Aligning capitation rates with the line of business and risk selection of attributed members is an important component of provider contracting. Furthermore, doing so can illuminate hidden dynamics in financial reporting and help influence provider behavior under value-based contracting. The implication of not doing so is that lines of business attracting lower risk will not receive lower capitation rates and will unintentionally subsidize other lines of business that generally attract members with higher risk. This especially impacts Affordable Care Act (ACA) lines of business as the CMS-run risk adjustment process pays back the risk selection in full. However, provider contracting can be sensitive and often starts with the legacy contracts already in effect, perhaps entailing reticence to accepting risk-adjusted capitation rates.

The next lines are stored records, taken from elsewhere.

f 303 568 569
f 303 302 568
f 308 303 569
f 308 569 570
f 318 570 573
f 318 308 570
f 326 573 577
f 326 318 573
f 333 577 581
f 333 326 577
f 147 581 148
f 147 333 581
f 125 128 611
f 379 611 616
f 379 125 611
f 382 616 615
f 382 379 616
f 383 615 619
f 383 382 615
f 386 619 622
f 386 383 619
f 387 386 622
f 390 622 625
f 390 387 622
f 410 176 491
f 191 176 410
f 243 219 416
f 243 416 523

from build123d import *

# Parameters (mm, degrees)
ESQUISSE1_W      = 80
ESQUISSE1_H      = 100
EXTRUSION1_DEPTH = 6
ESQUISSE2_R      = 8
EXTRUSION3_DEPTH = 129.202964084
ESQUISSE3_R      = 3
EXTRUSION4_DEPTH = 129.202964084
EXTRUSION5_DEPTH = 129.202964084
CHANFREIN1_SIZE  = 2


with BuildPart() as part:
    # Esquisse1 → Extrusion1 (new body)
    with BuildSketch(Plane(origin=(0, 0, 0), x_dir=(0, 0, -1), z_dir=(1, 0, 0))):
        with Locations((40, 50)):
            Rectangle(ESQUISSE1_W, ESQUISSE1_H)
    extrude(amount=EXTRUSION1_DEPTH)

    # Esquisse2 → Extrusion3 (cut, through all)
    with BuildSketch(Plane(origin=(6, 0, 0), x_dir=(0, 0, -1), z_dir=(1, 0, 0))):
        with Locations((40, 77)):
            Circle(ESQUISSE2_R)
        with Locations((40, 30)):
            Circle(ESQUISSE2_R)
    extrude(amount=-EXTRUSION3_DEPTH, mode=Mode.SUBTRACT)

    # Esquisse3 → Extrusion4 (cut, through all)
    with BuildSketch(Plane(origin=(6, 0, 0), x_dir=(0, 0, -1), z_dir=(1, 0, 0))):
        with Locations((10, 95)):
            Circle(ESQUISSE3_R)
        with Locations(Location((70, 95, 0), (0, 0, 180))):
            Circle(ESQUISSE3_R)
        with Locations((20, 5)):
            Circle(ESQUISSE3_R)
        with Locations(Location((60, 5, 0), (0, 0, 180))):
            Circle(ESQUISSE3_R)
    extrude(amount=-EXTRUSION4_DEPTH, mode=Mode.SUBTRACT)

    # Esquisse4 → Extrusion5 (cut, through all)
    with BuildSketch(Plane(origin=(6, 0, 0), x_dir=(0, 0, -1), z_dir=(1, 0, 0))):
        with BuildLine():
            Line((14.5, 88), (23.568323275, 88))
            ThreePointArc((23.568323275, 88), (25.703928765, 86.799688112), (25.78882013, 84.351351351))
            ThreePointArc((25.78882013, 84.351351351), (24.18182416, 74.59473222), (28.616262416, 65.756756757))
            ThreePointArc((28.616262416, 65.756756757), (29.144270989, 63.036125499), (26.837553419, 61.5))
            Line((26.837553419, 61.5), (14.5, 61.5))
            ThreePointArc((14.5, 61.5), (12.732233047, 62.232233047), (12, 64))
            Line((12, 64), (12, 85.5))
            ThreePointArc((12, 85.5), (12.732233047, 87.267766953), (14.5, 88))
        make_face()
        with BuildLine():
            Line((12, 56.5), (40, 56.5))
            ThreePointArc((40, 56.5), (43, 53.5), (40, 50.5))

This article will briefly discuss potential types of approaches to risk adjusting the capitation rates, advantages and disadvantages of select approaches, examples of how the process may function and other considerations in implementing a new contractual arrangement with the providers. This document is meant to foster potential ideas and is not intended to reflect a comprehensive list or specific recommendations. More in-depth analysis, including a review of the Division of Financial Responsibility (DOFR) and existing capitation agreements, is needed to determine the best approach.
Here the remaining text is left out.